In the preceding discussion, we have deliberately generalized the
concept of 'synthesis by rule' to embrace phonology and phonetics.
It would be possible to generalize still further, to include syntax
and semantics in a synthesis by rule system. But while computer
simulations of syntactic and semantic rules are certainly desirable,
the motivation for coupling them to a phonological and phonetic
synthesis by rule system is less compelling, primarily because a
set of syntactic rules can in practice be evaluated more or less
independently of the associated phonology and
phonetics.
4. CURRENT WORK IN SYNTHESIS BY RULE
We turn now to an assessment of the progress which has been made
toward the ideal which has just been sketched. The first thing to
be said is that most of the activity and most of the progress so
far falls under the heading of phonetic capacity. Since the other
components all depend, directly or indirectly, on phonetic capacity,
this is just as it should be. Moreover, since we want to assess the
role of the different stages of the speech chain in phonetic capacity,
it is good that, in the present state of our knowledge, the research
has been pluralistic: different types of systems have been developed
in which the contribution of different stages has been emphasized.

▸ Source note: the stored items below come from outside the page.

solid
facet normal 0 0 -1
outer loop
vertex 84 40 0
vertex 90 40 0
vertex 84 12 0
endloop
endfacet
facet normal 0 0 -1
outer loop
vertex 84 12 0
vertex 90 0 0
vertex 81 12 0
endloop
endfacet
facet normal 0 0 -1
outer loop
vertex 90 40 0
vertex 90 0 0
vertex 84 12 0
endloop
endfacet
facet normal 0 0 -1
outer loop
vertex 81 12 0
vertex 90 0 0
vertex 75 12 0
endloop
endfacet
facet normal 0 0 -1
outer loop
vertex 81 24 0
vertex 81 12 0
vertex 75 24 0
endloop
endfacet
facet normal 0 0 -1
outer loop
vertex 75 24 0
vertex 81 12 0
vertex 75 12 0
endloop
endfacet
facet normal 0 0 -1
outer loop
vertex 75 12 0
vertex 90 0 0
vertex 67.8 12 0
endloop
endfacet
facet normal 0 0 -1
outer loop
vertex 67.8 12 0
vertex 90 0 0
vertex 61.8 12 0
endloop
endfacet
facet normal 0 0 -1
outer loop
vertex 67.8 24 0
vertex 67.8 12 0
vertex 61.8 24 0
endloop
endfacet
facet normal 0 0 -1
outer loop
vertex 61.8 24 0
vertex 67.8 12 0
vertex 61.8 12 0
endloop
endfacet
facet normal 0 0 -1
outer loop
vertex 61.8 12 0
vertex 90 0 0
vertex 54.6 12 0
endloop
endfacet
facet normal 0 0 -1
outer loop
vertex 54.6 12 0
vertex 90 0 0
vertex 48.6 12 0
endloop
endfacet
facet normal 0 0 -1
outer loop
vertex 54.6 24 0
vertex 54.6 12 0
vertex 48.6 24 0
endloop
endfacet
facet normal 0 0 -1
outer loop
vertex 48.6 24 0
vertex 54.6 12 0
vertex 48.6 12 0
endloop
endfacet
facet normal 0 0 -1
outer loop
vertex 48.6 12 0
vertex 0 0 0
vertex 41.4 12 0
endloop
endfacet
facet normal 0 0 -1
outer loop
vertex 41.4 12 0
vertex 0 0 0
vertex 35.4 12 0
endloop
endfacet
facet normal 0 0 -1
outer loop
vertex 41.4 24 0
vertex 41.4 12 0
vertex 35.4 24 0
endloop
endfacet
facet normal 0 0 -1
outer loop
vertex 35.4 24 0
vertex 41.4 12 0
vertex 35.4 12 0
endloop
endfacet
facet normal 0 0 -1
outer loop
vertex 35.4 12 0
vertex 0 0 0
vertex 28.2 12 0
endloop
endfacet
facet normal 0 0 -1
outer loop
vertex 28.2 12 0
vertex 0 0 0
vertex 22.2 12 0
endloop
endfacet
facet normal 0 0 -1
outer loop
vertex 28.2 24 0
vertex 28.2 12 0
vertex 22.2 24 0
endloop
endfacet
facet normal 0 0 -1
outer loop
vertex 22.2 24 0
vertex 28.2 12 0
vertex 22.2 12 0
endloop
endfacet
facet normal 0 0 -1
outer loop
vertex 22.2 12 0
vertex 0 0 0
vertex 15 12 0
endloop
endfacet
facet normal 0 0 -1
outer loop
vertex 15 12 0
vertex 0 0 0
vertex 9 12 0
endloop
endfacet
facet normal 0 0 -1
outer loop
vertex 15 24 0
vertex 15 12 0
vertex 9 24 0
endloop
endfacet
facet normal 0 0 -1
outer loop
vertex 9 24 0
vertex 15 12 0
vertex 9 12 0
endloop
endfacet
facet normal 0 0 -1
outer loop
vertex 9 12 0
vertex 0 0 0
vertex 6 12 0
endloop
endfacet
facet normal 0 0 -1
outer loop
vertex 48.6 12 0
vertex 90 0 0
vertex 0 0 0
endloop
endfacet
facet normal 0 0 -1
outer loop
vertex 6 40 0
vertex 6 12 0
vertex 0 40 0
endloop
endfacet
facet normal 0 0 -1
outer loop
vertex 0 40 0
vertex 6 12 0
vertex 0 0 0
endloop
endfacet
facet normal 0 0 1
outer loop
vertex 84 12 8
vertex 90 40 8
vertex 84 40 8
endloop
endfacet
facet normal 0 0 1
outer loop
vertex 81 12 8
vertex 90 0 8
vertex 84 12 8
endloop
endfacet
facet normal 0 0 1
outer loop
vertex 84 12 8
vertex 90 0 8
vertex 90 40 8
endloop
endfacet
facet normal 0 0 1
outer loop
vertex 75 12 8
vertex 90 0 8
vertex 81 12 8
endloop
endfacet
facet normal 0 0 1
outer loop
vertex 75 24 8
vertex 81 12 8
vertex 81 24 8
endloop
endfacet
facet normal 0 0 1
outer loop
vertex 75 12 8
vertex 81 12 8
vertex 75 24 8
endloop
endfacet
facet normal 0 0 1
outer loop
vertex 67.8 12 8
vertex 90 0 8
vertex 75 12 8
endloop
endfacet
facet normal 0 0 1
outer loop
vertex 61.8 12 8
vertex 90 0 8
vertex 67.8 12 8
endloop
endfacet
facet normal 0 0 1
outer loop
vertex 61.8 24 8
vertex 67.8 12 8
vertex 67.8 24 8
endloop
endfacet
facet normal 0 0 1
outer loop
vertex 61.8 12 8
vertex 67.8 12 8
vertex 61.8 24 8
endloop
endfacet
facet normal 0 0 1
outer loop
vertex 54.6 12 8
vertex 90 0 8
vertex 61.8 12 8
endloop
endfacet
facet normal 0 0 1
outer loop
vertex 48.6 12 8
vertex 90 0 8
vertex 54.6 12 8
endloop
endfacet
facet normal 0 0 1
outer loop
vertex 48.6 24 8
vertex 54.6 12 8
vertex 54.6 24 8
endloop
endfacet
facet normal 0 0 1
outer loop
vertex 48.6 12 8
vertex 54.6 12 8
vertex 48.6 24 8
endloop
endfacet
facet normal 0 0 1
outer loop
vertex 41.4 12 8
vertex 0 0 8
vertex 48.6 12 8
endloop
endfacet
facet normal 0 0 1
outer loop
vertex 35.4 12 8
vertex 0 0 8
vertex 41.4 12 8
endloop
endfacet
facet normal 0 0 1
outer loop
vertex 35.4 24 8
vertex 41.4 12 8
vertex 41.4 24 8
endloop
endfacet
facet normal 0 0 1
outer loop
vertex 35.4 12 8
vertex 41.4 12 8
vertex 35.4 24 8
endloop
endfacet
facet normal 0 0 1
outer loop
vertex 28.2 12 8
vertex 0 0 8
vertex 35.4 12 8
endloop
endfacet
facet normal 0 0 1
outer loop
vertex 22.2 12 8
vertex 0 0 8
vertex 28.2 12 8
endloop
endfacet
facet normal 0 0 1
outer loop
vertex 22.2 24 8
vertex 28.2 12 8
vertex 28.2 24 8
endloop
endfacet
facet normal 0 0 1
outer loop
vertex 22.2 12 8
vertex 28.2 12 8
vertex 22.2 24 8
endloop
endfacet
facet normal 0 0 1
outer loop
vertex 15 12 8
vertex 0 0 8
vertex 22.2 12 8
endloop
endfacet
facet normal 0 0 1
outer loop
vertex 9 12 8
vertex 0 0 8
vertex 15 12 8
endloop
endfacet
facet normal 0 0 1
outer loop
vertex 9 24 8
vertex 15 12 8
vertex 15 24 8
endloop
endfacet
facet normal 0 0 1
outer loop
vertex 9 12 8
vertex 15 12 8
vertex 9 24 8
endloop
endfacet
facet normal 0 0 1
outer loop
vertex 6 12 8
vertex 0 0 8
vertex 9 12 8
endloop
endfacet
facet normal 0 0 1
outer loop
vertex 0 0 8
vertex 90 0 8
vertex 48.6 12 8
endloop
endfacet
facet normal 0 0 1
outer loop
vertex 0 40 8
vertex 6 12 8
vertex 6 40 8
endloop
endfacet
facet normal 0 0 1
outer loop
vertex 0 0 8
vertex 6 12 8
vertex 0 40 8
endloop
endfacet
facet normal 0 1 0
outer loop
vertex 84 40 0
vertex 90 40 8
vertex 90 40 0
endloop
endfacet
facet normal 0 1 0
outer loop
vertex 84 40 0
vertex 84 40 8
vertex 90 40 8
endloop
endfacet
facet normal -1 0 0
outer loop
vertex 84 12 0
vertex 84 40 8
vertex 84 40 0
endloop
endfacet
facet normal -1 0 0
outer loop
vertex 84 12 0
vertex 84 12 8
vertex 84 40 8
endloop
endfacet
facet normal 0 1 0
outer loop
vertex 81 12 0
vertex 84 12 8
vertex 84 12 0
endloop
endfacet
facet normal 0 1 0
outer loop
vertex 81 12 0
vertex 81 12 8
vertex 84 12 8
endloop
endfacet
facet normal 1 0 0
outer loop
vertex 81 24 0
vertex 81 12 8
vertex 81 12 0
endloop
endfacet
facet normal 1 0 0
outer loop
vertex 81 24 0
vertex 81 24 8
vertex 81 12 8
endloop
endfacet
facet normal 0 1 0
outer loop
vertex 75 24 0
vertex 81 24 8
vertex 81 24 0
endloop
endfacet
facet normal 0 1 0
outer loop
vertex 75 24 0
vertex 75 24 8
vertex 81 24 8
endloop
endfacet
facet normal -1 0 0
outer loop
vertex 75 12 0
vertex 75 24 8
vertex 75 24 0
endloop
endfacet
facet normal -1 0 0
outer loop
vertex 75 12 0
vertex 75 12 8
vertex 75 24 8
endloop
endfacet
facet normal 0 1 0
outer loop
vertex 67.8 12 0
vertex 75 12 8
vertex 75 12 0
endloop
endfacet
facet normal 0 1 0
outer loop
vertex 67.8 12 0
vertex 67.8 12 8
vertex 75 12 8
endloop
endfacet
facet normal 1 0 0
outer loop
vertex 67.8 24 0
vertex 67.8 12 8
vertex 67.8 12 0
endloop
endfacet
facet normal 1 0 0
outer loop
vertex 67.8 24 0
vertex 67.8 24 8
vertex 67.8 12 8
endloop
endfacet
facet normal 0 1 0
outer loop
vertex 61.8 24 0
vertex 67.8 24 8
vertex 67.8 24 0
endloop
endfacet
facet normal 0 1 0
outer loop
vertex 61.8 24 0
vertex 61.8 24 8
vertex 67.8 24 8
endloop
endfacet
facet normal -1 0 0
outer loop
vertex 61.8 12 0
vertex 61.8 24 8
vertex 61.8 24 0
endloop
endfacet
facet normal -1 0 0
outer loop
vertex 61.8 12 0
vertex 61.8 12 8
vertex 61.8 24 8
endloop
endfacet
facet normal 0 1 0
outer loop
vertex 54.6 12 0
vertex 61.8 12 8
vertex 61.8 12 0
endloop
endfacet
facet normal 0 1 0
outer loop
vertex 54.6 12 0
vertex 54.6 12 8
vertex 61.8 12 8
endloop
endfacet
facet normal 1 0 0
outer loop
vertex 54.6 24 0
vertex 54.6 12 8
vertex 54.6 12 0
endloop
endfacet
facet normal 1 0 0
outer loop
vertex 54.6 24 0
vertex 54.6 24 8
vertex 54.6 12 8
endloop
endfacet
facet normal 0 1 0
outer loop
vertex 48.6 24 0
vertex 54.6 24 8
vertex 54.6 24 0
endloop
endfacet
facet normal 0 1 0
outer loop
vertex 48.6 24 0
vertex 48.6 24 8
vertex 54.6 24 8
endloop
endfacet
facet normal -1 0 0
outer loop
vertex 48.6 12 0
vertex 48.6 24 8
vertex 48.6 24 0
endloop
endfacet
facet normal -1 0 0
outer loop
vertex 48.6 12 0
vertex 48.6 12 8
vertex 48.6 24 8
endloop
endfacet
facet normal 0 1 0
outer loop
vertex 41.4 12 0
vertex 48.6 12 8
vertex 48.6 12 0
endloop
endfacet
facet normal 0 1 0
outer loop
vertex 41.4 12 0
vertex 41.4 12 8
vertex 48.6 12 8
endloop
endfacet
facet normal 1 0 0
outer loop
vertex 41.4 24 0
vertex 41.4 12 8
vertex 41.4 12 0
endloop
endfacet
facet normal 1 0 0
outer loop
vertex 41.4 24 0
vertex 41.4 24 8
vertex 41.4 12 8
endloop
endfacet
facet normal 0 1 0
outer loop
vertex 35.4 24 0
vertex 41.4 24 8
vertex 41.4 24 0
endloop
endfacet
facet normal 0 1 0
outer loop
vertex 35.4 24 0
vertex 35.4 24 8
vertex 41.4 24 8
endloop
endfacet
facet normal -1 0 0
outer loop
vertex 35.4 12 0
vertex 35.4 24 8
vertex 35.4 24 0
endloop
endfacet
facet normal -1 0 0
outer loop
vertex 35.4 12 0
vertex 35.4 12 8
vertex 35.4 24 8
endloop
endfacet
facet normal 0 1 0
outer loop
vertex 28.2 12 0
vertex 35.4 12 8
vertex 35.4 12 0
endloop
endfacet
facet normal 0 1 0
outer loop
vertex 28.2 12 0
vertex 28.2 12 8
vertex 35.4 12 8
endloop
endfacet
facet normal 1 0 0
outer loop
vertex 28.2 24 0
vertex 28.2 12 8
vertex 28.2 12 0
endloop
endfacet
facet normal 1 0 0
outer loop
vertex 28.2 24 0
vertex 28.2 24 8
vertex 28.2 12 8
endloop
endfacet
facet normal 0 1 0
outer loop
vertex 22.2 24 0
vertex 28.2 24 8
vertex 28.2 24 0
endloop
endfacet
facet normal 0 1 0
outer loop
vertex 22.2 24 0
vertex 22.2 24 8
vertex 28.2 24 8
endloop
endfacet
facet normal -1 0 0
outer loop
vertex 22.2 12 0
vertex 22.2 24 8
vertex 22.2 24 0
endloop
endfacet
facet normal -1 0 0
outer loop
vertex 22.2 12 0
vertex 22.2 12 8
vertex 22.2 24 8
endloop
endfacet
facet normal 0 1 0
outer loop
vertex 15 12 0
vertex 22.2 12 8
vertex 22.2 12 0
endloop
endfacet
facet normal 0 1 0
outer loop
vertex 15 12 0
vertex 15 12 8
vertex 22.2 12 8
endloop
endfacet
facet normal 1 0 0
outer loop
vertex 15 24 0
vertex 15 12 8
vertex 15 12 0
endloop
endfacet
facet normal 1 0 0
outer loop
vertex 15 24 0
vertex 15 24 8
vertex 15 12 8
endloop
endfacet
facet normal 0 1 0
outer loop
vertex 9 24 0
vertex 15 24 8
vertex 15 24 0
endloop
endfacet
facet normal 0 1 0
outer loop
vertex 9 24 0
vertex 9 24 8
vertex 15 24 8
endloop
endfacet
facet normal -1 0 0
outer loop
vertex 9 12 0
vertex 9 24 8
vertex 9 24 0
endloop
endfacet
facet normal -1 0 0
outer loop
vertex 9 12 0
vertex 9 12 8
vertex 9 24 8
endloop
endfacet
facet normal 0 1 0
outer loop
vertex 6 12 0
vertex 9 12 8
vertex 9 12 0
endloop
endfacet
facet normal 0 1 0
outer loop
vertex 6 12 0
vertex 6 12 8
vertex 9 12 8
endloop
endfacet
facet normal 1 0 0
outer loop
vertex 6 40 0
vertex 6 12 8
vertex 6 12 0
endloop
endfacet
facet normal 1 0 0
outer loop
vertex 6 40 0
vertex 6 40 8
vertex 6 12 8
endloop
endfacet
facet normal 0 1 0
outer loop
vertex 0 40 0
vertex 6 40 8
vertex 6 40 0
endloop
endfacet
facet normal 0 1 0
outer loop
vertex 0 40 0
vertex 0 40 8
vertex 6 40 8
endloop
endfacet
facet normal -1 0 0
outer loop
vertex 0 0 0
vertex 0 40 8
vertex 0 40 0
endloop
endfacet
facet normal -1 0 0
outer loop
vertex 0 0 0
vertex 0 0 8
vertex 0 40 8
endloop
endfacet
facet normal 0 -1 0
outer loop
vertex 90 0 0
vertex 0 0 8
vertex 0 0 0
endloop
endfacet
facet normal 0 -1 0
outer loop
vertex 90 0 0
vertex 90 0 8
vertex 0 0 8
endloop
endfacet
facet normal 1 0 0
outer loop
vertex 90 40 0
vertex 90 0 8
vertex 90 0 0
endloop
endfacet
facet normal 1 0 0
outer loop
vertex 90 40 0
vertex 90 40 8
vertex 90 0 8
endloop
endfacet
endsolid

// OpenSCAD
$fn = 32;

// ----------------------------------------------------------------------
// Guard grille: 6 slats over a 90 x 40 mm plate
// ----------------------------------------------------------------------

// --- parameters (mm) ---
profile_height = 8;       // extrusion height
profile_points = 32;      // points of the closed outline

profile = [[0, 0], [90, 0], [90, 40], [84, 40], [84, 12], [81, 12], [81, 24], [75, 24], [75, 12], [67.8, 12], [67.8, 24], [61.8, 24], [61.8, 12], [54.6, 12], [54.6, 24], [48.6, 24], [48.6, 12], [41.4, 12], [41.4, 24], [35.4, 24], [35.4, 12], [28.2, 12], [28.2, 24], [22.2, 24], [22.2, 12], [15, 12], [15, 24], [9, 24], [9, 12], [6, 12], [6, 40], [0, 40]];  // single closed polygon, 32 points, counter clockwise

// --- the one profile operation ---
linear_extrude(height = profile_height) polygon(points = profile);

This has been difficult to do because appropriate data on which to
base investigations at stages before the acoustic stage are hard to
collect. At present, most of the work has been at the acoustic stage;
the relationship between shape and acoustic output is quite well
understood and several synthesis-by-rule systems operating on
vocal-tract shape have been developed; systems which represent the
movements of the actual articulators are beginning to show results;
and some work has been done at the neuromotor command
stage. 8
__________
8. There is, of course, another way to synthesize speech by rule,
and that is to compile an utterance from an inventory of shorter
segments, themselves either natural or synthetic. Such approaches
may have practical value, but from a theoretical standpoint they
merely serve to remind us that there is no simple correspondence
between phones and segments of the acoustic signal. See the
discussion in Liberman et al. 1959. Systems in which speech
is compiled from natural segments have been described in Harris
1953, Peterson et al. 1958, Cooper et al. 1969.
Systems using synthetic segments are described in Estes et al.
1964, Dixon and Maxey 1968 and Cooper et al. 1969.
|